Academy of Saumur
- Other names: University of Saumur
- Active: 1593–after 1685
- Founders: Philippe de Mornay
- Religious affiliation: Protestant
- Location: Saumur, France

= Academy of Saumur =

Former Huguenot university in France (1593–1685)

The Academy of Saumur (Académie de Saumur) was a Huguenot university at Saumur in western France. It existed from 1593, when it was founded by Philippe de Mornay, until shortly after 1685, when Louis XIV decided on the revocation of the Edict of Nantes, ending the limited toleration of Protestantism in France.

==Amyraldism==

The Academy was the home of Amyraldism, an important strand of Protestant thought of the seventeenth century. Also called Saumurianism or hypothetical universalism, it was a moderate Calvinist movement, remaining within Calvinism.

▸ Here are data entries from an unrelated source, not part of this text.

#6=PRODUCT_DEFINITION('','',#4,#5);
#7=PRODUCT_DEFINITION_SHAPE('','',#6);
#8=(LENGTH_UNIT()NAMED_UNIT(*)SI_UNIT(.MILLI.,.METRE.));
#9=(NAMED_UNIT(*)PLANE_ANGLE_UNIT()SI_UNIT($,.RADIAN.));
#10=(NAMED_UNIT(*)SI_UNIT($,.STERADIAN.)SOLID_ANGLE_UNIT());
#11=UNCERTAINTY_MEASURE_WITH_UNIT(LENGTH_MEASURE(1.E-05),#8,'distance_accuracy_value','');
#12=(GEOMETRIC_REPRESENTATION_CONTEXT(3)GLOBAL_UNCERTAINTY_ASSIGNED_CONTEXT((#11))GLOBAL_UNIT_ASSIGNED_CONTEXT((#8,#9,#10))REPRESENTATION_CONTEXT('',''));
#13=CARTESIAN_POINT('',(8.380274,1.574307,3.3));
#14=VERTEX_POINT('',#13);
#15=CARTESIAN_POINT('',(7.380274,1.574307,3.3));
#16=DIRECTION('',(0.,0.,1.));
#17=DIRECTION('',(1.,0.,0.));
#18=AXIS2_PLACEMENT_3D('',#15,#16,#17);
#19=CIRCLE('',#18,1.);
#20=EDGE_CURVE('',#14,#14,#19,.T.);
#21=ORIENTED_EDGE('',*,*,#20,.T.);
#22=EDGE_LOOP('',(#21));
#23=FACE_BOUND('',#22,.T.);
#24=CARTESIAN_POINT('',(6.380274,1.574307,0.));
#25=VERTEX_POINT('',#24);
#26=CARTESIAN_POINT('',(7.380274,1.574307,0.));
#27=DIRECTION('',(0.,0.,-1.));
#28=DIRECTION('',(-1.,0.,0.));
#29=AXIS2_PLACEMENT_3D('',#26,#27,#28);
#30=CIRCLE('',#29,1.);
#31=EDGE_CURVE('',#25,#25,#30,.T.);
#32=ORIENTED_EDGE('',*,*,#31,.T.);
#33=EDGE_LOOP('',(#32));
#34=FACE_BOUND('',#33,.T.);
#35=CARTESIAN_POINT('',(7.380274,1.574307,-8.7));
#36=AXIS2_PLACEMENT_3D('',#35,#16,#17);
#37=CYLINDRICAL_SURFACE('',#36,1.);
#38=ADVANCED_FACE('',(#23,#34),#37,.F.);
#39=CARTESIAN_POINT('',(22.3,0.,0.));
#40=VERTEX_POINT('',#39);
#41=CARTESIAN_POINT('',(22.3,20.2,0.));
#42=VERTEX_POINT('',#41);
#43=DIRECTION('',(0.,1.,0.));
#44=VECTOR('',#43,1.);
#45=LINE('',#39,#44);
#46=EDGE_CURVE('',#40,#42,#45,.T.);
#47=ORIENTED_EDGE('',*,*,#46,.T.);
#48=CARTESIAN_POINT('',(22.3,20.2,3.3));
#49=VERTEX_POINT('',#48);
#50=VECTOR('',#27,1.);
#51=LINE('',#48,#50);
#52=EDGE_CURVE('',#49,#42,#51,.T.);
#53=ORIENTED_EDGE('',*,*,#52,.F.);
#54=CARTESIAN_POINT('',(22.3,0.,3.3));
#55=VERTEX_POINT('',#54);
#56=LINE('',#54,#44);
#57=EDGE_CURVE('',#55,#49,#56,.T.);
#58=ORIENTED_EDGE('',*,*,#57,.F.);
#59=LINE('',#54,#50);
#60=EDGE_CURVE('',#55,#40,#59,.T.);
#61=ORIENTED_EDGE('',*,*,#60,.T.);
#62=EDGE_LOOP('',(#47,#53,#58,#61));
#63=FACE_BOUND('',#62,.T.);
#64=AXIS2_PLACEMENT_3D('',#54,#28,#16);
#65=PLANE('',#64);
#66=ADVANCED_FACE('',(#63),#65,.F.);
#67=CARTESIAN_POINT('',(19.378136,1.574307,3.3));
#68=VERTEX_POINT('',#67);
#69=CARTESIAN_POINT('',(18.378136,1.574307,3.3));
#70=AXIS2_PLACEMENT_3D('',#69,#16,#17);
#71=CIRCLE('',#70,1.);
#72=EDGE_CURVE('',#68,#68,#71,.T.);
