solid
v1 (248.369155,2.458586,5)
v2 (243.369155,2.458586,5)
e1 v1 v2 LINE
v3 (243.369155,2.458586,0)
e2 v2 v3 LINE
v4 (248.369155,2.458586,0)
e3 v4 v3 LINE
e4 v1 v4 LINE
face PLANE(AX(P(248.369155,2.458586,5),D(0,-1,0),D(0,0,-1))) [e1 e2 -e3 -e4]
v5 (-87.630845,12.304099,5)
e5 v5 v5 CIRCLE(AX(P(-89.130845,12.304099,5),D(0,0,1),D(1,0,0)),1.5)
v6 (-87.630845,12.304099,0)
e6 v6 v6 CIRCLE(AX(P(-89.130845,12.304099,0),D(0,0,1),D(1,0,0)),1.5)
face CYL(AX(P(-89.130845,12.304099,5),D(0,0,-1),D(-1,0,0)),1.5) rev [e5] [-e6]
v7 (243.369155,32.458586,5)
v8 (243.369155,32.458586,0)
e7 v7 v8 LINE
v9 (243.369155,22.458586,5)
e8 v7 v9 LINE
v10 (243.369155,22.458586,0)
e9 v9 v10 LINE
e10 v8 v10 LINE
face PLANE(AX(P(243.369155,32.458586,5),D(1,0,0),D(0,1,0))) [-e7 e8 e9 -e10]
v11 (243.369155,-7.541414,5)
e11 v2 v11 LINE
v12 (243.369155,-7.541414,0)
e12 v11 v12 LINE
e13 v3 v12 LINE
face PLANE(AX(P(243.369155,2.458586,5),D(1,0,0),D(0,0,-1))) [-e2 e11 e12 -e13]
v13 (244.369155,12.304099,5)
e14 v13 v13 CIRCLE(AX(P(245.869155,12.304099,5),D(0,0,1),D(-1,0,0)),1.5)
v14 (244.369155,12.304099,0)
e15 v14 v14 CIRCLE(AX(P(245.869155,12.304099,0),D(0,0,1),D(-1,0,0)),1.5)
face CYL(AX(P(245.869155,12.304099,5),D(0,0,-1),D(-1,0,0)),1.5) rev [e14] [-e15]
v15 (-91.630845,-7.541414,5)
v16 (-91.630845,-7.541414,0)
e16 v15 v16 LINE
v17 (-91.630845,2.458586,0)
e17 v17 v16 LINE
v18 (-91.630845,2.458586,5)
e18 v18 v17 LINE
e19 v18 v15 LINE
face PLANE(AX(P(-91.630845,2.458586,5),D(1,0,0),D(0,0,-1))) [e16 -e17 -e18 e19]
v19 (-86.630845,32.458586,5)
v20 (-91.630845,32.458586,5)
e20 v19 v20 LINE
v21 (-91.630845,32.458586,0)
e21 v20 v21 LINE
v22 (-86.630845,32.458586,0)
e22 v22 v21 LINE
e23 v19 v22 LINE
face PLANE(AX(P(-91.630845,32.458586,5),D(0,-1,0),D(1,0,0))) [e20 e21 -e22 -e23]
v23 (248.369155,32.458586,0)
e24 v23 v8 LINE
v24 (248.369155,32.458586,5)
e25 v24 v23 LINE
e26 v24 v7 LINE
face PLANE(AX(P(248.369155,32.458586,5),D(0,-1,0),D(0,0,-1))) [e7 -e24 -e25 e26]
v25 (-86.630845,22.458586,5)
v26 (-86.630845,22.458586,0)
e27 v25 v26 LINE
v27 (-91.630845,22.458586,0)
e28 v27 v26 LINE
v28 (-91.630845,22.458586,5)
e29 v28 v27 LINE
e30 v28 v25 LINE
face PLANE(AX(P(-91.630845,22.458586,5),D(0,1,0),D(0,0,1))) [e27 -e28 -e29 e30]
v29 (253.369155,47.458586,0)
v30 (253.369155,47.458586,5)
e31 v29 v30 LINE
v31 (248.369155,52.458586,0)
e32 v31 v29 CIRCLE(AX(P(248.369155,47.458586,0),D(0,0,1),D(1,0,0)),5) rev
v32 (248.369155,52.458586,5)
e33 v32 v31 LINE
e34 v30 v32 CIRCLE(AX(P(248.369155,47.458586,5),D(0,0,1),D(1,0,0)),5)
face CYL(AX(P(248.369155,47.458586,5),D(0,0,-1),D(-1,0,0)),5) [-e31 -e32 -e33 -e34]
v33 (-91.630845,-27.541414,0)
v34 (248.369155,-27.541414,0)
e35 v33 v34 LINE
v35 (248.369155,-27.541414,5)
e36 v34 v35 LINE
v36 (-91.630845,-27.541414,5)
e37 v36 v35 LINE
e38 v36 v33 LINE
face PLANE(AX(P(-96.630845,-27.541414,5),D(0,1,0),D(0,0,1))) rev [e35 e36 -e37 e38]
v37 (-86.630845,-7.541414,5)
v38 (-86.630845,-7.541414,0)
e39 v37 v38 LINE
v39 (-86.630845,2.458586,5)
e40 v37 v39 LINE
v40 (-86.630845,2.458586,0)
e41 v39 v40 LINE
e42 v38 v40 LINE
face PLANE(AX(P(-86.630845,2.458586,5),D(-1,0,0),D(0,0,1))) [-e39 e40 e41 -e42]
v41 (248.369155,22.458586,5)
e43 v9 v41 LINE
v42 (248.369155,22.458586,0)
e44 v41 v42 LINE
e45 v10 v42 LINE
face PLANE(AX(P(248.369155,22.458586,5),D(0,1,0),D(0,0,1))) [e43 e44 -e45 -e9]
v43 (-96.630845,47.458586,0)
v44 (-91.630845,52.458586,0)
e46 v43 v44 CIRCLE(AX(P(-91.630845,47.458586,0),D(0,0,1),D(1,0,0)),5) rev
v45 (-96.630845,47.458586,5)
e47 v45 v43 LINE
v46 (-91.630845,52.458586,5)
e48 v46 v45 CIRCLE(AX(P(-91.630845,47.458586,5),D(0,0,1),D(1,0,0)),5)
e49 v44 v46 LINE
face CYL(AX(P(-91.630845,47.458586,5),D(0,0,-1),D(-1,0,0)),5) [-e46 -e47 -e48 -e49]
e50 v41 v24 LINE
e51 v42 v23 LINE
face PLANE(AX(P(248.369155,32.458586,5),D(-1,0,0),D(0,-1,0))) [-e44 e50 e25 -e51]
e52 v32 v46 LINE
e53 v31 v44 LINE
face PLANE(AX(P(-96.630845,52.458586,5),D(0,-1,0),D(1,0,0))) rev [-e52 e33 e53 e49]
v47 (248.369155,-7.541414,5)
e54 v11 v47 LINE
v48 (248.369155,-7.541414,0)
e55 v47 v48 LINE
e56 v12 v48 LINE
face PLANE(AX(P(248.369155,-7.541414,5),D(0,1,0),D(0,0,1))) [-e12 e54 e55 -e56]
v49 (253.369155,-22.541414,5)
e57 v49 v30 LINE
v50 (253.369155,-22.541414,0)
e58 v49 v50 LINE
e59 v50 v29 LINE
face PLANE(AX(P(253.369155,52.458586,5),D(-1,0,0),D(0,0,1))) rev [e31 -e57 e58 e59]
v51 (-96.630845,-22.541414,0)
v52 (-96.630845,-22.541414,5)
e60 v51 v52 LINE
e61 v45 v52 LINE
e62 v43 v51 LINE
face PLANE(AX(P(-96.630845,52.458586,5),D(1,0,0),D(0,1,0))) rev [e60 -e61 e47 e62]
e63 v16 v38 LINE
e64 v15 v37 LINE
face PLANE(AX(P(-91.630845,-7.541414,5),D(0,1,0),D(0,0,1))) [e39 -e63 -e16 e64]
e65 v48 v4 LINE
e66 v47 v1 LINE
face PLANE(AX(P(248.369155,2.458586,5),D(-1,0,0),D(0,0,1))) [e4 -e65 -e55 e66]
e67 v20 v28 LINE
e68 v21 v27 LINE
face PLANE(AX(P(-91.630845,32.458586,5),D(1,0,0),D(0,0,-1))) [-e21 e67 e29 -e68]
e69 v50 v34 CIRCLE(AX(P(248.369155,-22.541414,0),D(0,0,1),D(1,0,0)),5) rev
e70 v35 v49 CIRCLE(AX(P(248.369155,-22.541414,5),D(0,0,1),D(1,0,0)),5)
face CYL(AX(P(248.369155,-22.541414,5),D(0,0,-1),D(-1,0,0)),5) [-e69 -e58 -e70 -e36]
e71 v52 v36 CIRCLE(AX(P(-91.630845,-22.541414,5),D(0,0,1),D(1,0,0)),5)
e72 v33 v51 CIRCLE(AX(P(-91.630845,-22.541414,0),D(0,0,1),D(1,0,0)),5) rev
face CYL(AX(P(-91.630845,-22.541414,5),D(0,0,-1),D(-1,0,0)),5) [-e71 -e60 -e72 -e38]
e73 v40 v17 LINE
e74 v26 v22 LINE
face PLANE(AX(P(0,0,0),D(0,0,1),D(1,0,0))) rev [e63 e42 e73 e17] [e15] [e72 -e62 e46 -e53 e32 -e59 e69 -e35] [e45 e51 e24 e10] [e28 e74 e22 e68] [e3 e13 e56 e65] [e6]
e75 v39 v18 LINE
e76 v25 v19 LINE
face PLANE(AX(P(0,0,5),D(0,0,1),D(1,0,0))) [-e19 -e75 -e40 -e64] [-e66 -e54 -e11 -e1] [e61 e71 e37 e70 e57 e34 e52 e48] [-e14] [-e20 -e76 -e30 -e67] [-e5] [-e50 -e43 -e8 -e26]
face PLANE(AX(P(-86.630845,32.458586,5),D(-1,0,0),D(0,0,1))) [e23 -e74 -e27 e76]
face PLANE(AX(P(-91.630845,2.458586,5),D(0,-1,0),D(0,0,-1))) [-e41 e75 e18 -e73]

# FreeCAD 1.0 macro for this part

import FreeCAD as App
import Part
import Sketcher
from FreeCAD import Vector
Q = App.Units.Quantity


def edges_at(feature, points):
    """Names of the edges that pass closest to the given points."""
    edges = feature.Shape.Edges
    near = lambda p: min(range(len(edges)), key=lambda i: edges[i].distToShape(Part.Vertex(*p))[0])
    return sorted({f"Edge{near(p) + 1}" for p in points})

doc = App.newDocument("Part")
params = doc.addObject("Spreadsheet::Sheet", "Params")
for row, (alias, value) in enumerate([
    ("sketch1_diameter", "3 mm"),
    ("sketch1_width", "350 mm"),
    ("sketch1_width2", "5 mm"),
    ("sketch1_height", "80 mm"),
    ("sketch1_height2", "10 mm"),
    ("pad1_length", "5 mm"),
    ("fillet_radius", "5 mm"),
], start=1):
    params.set(f"A{row}", alias)
    params.set(f"B{row}", "=" + value)
    params.setAlias(f"B{row}", alias)

body = doc.addObject("PartDesign::Body", "Body")

# Sketch on XY plane
sketch1 = body.newObject("Sketcher::SketchObject", "Sketch")
sketch1.AttachmentSupport = (doc.getObject("XY_Plane"), [""])
sketch1.MapMode = "FlatFace"
sketch1.addGeometry(Part.LineSegment(Vector(-96.6, 52.5, 0), Vector(-96.6, -27.5, 0)), False)
sketch1.addGeometry(Part.LineSegment(Vector(-96.6, -27.5, 0), Vector(253.4, -27.5, 0)), False)
sketch1.addGeometry(Part.LineSegment(Vector(253.4, -27.5, 0), Vector(253.4, 52.5, 0)), False)
sketch1.addGeometry(Part.LineSegment(Vector(253.4, 52.5, 0), Vector(-96.6, 52.5, 0)), False)
sketch1.addGeometry(Part.LineSegment(Vector(-86.6, -7.5, 0), Vector(-91.6, -7.5, 0)), False)
sketch1.addGeometry(Part.LineSegment(Vector(-91.6, -7.5, 0), Vector(-91.6, 2.5, 0)), False)
sketch1.addGeometry(Part.LineSegment(Vector(-91.6, 2.5, 0), Vector(-86.6, 2.5, 0)), False)
sketch1.addGeometry(Part.LineSegment(Vector(-86.6, 2.5, 0), Vector(-86.6, -7.5, 0)), False)
sketch1.addGeometry(Part.Circle(Vector(-89.1, 12.3, 0), Vector(0, 0, 1), 1.5), False)
sketch1.addGeometry(Part.LineSegment(Vector(248.4, -7.5, 0), Vector(243.4, -7.5, 0)), False)
sketch1.addGeometry(Part.LineSegment(Vector(243.4, -7.5, 0), Vector(243.4, 2.5, 0)), False)
sketch1.addGeometry(Part.LineSegment(Vector(243.4, 2.5, 0), Vector(248.4, 2.5, 0)), False)
sketch1.addGeometry(Part.LineSegment(Vector(248.4, 2.5, 0), Vector(248.4, -7.5, 0)), False)
sketch1.addGeometry(Part.Circle(Vector(245.9, 12.3, 0), Vector(0, 0, 1), 1.5), False)
sketch1.addGeometry(Part.LineSegment(Vector(-86.6, 22.5, 0), Vector(-91.6, 22.5, 0)), False)
sketch1.addGeometry(Part.LineSegment(Vector(-91.6, 22.5, 0), Vector(-91.6, 32.5, 0)), False)
sketch1.addGeometry(Part.LineSegment(Vector(-91.6, 32.5, 0), Vector(-86.6, 32.5, 0)), False)
sketch1.addGeometry(Part.LineSegment(Vector(-86.6, 32.5, 0), Vector(-86.6, 22.5, 0)), False)
sketch1.addGeometry(Part.LineSegment(Vector(248.4, 22.5, 0), Vector(243.4, 22.5, 0)), False)
sketch1.addGeometry(Part.LineSegment(Vector(243.4, 22.5, 0), Vector(243.4, 32.5, 0)), False)
sketch1.addGeometry(Part.LineSegment(Vector(243.4, 32.5, 0), Vector(248.4, 32.5, 0)), False)
sketch1.addGeometry(Part.LineSegment(Vector(248.4, 32.5, 0), Vector(248.4, 22.5, 0)), False)
sketch1.addConstraint(Sketcher.Constraint("Coincident", 0, 2, 1, 1))
sketch1.addConstraint(Sketcher.Constraint("Coincident", 1, 2, 2, 1))
sketch1.addConstraint(Sketcher.Constraint("Coincident", 2, 2, 3, 1))
sketch1.addConstraint(Sketcher.Constraint("Coincident", 3, 2, 0, 1))
sketch1.addConstraint(Sketcher.Constraint("Coincident", 4, 2, 5, 1))
sketch1.addConstraint(Sketcher.Constraint("Coincident", 5, 2, 6, 1))
sketch1.addConstraint(Sketcher.Constraint("Coincident", 6, 2, 7, 1))
sketch1.addConstraint(Sketcher.Constraint("Coincident", 7, 2, 4, 1))
sketch1.addConstraint(Sketcher.Constraint("Coincident", 9, 2, 10, 1))
sketch1.addConstraint(Sketcher.Constraint("Coincident", 10, 2, 11, 1))
sketch1.addConstraint(Sketcher.Constraint("Coincident", 11, 2, 12, 1))
sketch1.addConstraint(Sketcher.Constraint("Coincident", 12, 2, 9, 1))
sketch1.addConstraint(Sketcher.Constraint("Coincident", 14, 2, 15, 1))
sketch1.addConstraint(Sketcher.Constraint("Coincident", 15, 2, 16, 1))
sketch1.addConstraint(Sketcher.Constraint("Coincident", 16, 2, 17, 1))
sketch1.addConstraint(Sketcher.Constraint("Coincident", 17, 2, 14, 1))
sketch1.addConstraint(Sketcher.Constraint("Coincident", 18, 2, 19, 1))
sketch1.addConstraint(Sketcher.Constraint("Coincident", 19, 2, 20, 1))
sketch1.addConstraint(Sketcher.Constraint("Coincident", 20, 2, 21, 1))
sketch1.addConstraint(Sketcher.Constraint("Coincident", 21, 2, 18, 1))
sketch1.addConstraint(Sketcher.Constraint("Vertical", 0))
sketch1.addConstraint(Sketcher.Constraint("Horizontal", 1))
sketch1.addConstraint(Sketcher.Constraint("Vertical", 2))
sketch1.addConstraint(Sketcher.Constraint("Horizontal", 3))
sketch1.addConstraint(Sketcher.Constraint("Horizontal", 4))
sketch1.addConstraint(Sketcher.Constraint("Vertical", 5))
sketch1.addConstraint(Sketcher.Constraint("Horizontal", 6))
sketch1.addConstraint(Sketcher.Constraint("Vertical", 7))
sketch1.addConstraint(Sketcher.Constraint("Horizontal", 9))
sketch1.addConstraint(Sketcher.Constraint("Vertical", 10))
sketch1.addConstraint(Sketcher.Constraint("Horizontal", 11))
sketch1.addConstraint(Sketcher.Constraint("Vertical", 12))
sketch1.addConstraint(Sketcher.Constraint("Horizontal", 14))
sketch1.addConstraint(Sketcher.Constraint("Vertical", 15))
sketch1.addConstraint(Sketcher.Constraint("Horizontal", 16))
sketch1.addConstraint(Sketcher.Constraint("Vertical", 17))
sketch1.addConstraint(Sketcher.Constraint("Horizontal", 18))
sketch1.addConstraint(Sketcher.Constraint("Vertical", 19))
sketch1.addConstraint(Sketcher.Constraint("Horizontal", 20))
sketch1.addConstraint(Sketcher.Constraint("Vertical", 21))
sketch1.addConstraint(Sketcher.Constraint("Equal", 8, 13))
sketch1.addConstraint(Sketcher.Constraint("Horizontal", 8, 3, 13, 3))
sketch1.addConstraint(Sketcher.Constraint("Horizontal", 7, 2, 9, 2))
sketch1.addConstraint(Sketcher.Constraint("Horizontal", 6, 2, 10, 2))
sketch1.addConstraint(Sketcher.Constraint("Horizontal", 17, 2, 18, 2))
sketch1.addConstraint(Sketcher.Constraint("Horizontal", 16, 2, 19, 2))
sketch1.addConstraint(Sketcher.Constraint("Vertical", 5, 2, 14, 2))
sketch1.addConstraint(Sketcher.Constraint("Vertical", 7, 2, 16, 2))
sketch1.addConstraint(Sketcher.Constraint("Vertical", 10, 2, 18, 2))
sketch1.addConstraint(Sketcher.Constraint("Vertical", 12, 2, 20, 2))
sketch1.addConstraint(Sketcher.Constraint("Equal", 6, 9))
sketch1.addConstraint(Sketcher.Constraint("Equal", 12, 15))
sketch1.addConstraint(Sketcher.Constraint("Diameter", 8, Q("3 mm")))
sketch1.addConstraint(Sketcher.Constraint("DistanceX", 1, 1, 1, 2, Q("350 mm")))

The French theologians at Saumur, in the 17th century, taught also that Christ came into the world to do whatever was necessary for the salvation of men. But God, foreseeing that, if left to themselves, men would universally reject the offers of mercy, elected some to be the subjects of his saving grace by which they are brought to faith and repentance. According to this view of the plan of salvation, election is subordinate to redemption. God first redeems all and then elects some.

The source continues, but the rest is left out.